> Task description: Return the records in full, exactly as given.

[[ Given entries open ]]

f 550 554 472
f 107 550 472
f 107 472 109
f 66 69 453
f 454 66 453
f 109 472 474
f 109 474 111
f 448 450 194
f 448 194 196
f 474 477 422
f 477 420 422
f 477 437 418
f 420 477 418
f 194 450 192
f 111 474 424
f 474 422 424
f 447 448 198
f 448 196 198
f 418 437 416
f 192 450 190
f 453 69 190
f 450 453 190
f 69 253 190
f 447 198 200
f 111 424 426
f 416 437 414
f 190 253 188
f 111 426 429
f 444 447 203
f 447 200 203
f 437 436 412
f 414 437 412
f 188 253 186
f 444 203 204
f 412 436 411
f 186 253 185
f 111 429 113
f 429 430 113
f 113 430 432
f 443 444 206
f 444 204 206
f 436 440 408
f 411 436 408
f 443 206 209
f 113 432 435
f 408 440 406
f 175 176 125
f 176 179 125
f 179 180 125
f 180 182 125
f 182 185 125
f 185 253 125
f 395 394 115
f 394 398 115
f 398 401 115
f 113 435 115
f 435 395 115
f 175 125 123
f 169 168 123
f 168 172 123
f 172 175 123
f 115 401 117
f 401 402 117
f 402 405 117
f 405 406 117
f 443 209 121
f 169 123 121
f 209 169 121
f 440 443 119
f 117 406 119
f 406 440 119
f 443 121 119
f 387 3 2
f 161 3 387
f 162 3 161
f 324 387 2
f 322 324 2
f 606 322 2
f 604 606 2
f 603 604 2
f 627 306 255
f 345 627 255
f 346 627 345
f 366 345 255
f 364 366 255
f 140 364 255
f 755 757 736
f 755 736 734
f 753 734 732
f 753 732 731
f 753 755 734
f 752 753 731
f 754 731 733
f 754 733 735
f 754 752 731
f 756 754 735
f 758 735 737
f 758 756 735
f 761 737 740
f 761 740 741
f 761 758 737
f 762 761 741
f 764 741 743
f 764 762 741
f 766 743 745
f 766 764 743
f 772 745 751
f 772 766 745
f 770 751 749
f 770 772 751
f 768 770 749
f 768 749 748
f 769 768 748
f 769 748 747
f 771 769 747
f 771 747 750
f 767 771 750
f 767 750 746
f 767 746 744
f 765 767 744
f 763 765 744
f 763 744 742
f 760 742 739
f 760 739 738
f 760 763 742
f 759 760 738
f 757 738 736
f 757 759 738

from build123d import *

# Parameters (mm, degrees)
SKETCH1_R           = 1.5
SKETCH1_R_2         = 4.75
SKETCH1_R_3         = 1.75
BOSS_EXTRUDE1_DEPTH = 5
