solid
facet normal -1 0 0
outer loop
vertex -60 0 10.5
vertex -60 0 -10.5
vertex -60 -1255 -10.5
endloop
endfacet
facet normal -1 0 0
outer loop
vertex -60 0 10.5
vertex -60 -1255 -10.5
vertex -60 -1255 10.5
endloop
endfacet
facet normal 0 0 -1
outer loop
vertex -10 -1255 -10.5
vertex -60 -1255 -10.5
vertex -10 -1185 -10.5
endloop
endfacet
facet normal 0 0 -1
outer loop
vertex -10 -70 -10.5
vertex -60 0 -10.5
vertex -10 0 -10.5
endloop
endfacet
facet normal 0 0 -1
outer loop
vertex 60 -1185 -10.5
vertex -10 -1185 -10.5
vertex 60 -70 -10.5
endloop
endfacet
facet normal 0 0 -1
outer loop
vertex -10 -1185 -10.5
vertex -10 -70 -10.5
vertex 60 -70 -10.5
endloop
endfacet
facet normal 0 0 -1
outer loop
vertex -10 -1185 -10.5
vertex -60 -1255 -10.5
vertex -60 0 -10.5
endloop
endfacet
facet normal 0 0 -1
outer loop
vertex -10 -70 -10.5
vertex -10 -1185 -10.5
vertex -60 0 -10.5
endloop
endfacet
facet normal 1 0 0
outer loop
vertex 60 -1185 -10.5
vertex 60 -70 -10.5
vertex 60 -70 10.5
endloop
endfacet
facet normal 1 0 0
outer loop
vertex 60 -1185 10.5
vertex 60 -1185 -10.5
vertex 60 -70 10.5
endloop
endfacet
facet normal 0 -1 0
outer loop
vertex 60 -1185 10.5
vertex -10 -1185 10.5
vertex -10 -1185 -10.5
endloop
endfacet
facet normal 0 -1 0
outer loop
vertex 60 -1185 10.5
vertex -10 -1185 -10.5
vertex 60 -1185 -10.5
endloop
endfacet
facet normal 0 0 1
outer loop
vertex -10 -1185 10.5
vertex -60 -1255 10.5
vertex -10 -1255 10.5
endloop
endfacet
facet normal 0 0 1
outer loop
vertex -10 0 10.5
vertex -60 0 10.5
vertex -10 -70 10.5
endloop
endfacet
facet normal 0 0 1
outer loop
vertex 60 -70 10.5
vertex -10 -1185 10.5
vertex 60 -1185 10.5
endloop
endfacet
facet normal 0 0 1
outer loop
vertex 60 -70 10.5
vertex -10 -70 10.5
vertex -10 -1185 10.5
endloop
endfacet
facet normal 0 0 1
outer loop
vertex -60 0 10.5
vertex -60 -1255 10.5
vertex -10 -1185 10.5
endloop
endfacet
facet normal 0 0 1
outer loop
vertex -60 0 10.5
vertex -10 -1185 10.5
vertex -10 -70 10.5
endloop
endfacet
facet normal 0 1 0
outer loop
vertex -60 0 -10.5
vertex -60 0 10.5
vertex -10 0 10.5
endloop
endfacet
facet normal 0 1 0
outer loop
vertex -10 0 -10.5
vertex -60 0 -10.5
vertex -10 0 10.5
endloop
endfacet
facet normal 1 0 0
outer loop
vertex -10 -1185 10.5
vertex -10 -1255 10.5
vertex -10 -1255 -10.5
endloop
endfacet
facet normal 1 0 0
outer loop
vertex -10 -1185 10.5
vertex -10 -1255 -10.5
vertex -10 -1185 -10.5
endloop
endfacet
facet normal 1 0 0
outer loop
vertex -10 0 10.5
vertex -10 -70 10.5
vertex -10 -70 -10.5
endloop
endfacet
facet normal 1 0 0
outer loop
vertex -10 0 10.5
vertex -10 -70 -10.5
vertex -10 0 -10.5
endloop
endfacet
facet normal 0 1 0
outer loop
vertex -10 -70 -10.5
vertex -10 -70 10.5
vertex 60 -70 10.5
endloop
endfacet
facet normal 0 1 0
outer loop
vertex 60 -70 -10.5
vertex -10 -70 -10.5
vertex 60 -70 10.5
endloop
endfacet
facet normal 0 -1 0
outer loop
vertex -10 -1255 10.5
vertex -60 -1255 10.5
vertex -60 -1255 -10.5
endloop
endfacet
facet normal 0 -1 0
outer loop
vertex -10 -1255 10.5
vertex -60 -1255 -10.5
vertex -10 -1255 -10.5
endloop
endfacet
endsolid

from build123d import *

# Parameters (mm, degrees)
F0_W     = 120
F0_H     = 21
F1_DEPTH = 1255
F2_W     = 70
F2_H     = 70
F3_DEPTH = 25


with BuildPart() as f1:
    # F0 (on Front) → F1 (new body)
    with BuildSketch(Plane.XZ):
        Rectangle(F0_W, F0_H)
    extrude(amount=F1_DEPTH)

    # F2 (on face) → F3 (cut)
    with BuildSketch(Plane.XY.offset(10.5)):
        with Locations((25, -1220)):
            Rectangle(F2_W, F2_H)
        with Locations((25, -35)):
            Rectangle(F2_W, F2_H)
    extrude(amount=-F3_DEPTH, mode=Mode.SUBTRACT)


with BuildPart() as f4_1:
    # F4: copy of F1
    add(f1.part)


solid = f4_1.part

[[ Given entries closed ]]

> Exercise answer:
f 550 554 472
f 107 550 472
f 107 472 109
f 66 69 453
f 454 66 453
f 109 472 474
f 109 474 111
f 448 450 194
f 448 194 196
f 474 477 422
f 477 420 422
f 477 437 418
f 420 477 418
f 194 450 192
f 111 474 424
f 474 422 424
f 447 448 198
f 448 196 198
f 418 437 416
f 192 450 190
f 453 69 190
f 450 453 190
f 69 253 190
f 447 198 200
f 111 424 426
f 416 437 414
f 190 253 188
f 111 426 429
f 444 447 203
f 447 200 203
f 437 436 412
f 414 437 412
f 188 253 186
f 444 203 204
f 412 436 411
f 186 253 185
f 111 429 113
f 429 430 113
f 113 430 432
f 443 444 206
f 444 204 206
f 436 440 408
f 411 436 408
f 443 206 209
f 113 432 435
f 408 440 406
f 175 176 125
f 176 179 125
f 179 180 125
f 180 182 125
f 182 185 125
f 185 253 125
f 395 394 115
f 394 398 115
f 398 401 115
f 113 435 115
f 435 395 115
f 175 125 123
f 169 168 123
f 168 172 123
f 172 175 123
f 115 401 117
f 401 402 117
f 402 405 117
f 405 406 117
f 443 209 121
f 169 123 121
f 209 169 121
f 440 443 119
f 117 406 119
f 406 440 119
f 443 121 119
f 387 3 2
f 161 3 387
f 162 3 161
f 324 387 2
f 322 324 2
f 606 322 2
f 604 606 2
f 603 604 2
f 627 306 255
f 345 627 255
f 346 627 345
f 366 345 255
f 364 366 255
f 140 364 255
f 755 757 736
f 755 736 734
f 753 734 732
f 753 732 731
f 753 755 734
f 752 753 731
f 754 731 733
f 754 733 735
f 754 752 731
f 756 754 735
f 758 735 737
f 758 756 735
f 761 737 740
f 761 740 741
f 761 758 737
f 762 761 741
f 764 741 743
f 764 762 741
f 766 743 745
f 766 764 743
f 772 745 751
f 772 766 745
f 770 751 749
f 770 772 751
f 768 770 749
f 768 749 748
f 769 768 748
f 769 748 747
f 771 769 747
f 771 747 750
f 767 771 750
f 767 750 746
f 767 746 744
f 765 767 744
f 763 765 744
f 763 744 742
f 760 742 739
f 760 739 738
f 760 763 742
f 759 760 738
f 757 738 736
f 757 759 738

from build123d import *

# Parameters (mm, degrees)
SKETCH1_R           = 1.5
SKETCH1_R_2         = 4.75
SKETCH1_R_3         = 1.75
BOSS_EXTRUDE1_DEPTH = 5
solid
facet normal -1 0 0
outer loop
vertex -60 0 10.5
vertex -60 0 -10.5
vertex -60 -1255 -10.5
endloop
endfacet
facet normal -1 0 0
outer loop
vertex -60 0 10.5
vertex -60 -1255 -10.5
vertex -60 -1255 10.5
endloop
endfacet
facet normal 0 0 -1
outer loop
vertex -10 -1255 -10.5
vertex -60 -1255 -10.5
vertex -10 -1185 -10.5
endloop
endfacet
facet normal 0 0 -1
outer loop
vertex -10 -70 -10.5
vertex -60 0 -10.5
vertex -10 0 -10.5
endloop
endfacet
facet normal 0 0 -1
outer loop
vertex 60 -1185 -10.5
vertex -10 -1185 -10.5
vertex 60 -70 -10.5
endloop
endfacet
facet normal 0 0 -1
outer loop
vertex -10 -1185 -10.5
vertex -10 -70 -10.5
vertex 60 -70 -10.5
endloop
endfacet
facet normal 0 0 -1
outer loop
vertex -10 -1185 -10.5
vertex -60 -1255 -10.5
vertex -60 0 -10.5
endloop
endfacet
facet normal 0 0 -1
outer loop
vertex -10 -70 -10.5
vertex -10 -1185 -10.5
vertex -60 0 -10.5
endloop
endfacet
facet normal 1 0 0
outer loop
vertex 60 -1185 -10.5
vertex 60 -70 -10.5
vertex 60 -70 10.5
endloop
endfacet
facet normal 1 0 0
outer loop
vertex 60 -1185 10.5
vertex 60 -1185 -10.5
vertex 60 -70 10.5
endloop
endfacet
facet normal 0 -1 0
outer loop
vertex 60 -1185 10.5
vertex -10 -1185 10.5
vertex -10 -1185 -10.5
endloop
endfacet
facet normal 0 -1 0
outer loop
vertex 60 -1185 10.5
vertex -10 -1185 -10.5
vertex 60 -1185 -10.5
endloop
endfacet
facet normal 0 0 1
outer loop
vertex -10 -1185 10.5
vertex -60 -1255 10.5
vertex -10 -1255 10.5
endloop
endfacet
facet normal 0 0 1
outer loop
vertex -10 0 10.5
vertex -60 0 10.5
vertex -10 -70 10.5
endloop
endfacet
facet normal 0 0 1
outer loop
vertex 60 -70 10.5
vertex -10 -1185 10.5
vertex 60 -1185 10.5
endloop
endfacet
facet normal 0 0 1
outer loop
vertex 60 -70 10.5
vertex -10 -70 10.5
vertex -10 -1185 10.5
endloop
endfacet
facet normal 0 0 1
outer loop
vertex -60 0 10.5
vertex -60 -1255 10.5
vertex -10 -1185 10.5
endloop
endfacet
facet normal 0 0 1
outer loop
vertex -60 0 10.5
vertex -10 -1185 10.5
vertex -10 -70 10.5
endloop
endfacet
facet normal 0 1 0
outer loop
vertex -60 0 -10.5
vertex -60 0 10.5
vertex -10 0 10.5
endloop
endfacet
facet normal 0 1 0
outer loop
vertex -10 0 -10.5
vertex -60 0 -10.5
vertex -10 0 10.5
endloop
endfacet
facet normal 1 0 0
outer loop
vertex -10 -1185 10.5
vertex -10 -1255 10.5
vertex -10 -1255 -10.5
endloop
endfacet
facet normal 1 0 0
outer loop
vertex -10 -1185 10.5
vertex -10 -1255 -10.5
vertex -10 -1185 -10.5
endloop
endfacet
facet normal 1 0 0
outer loop
vertex -10 0 10.5
vertex -10 -70 10.5
vertex -10 -70 -10.5
endloop
endfacet
facet normal 1 0 0
outer loop
vertex -10 0 10.5
vertex -10 -70 -10.5
vertex -10 0 -10.5
endloop
endfacet
facet normal 0 1 0
outer loop
vertex -10 -70 -10.5
vertex -10 -70 10.5
vertex 60 -70 10.5
endloop
endfacet
facet normal 0 1 0
outer loop
vertex 60 -70 -10.5
vertex -10 -70 -10.5
vertex 60 -70 10.5
endloop
endfacet
facet normal 0 -1 0
outer loop
vertex -10 -1255 10.5
vertex -60 -1255 10.5
vertex -60 -1255 -10.5
endloop
endfacet
facet normal 0 -1 0
outer loop
vertex -10 -1255 10.5
vertex -60 -1255 -10.5
vertex -10 -1255 -10.5
endloop
endfacet
endsolid

from build123d import *

# Parameters (mm, degrees)
F0_W     = 120
F0_H     = 21
F1_DEPTH = 1255
F2_W     = 70
F2_H     = 70
F3_DEPTH = 25


with BuildPart() as f1:
    # F0 (on Front) → F1 (new body)
    with BuildSketch(Plane.XZ):
        Rectangle(F0_W, F0_H)
    extrude(amount=F1_DEPTH)

    # F2 (on face) → F3 (cut)
    with BuildSketch(Plane.XY.offset(10.5)):
        with Locations((25, -1220)):
            Rectangle(F2_W, F2_H)
        with Locations((25, -35)):
            Rectangle(F2_W, F2_H)
    extrude(amount=-F3_DEPTH, mode=Mode.SUBTRACT)


with BuildPart() as f4_1:
    # F4: copy of F1
    add(f1.part)


solid = f4_1.part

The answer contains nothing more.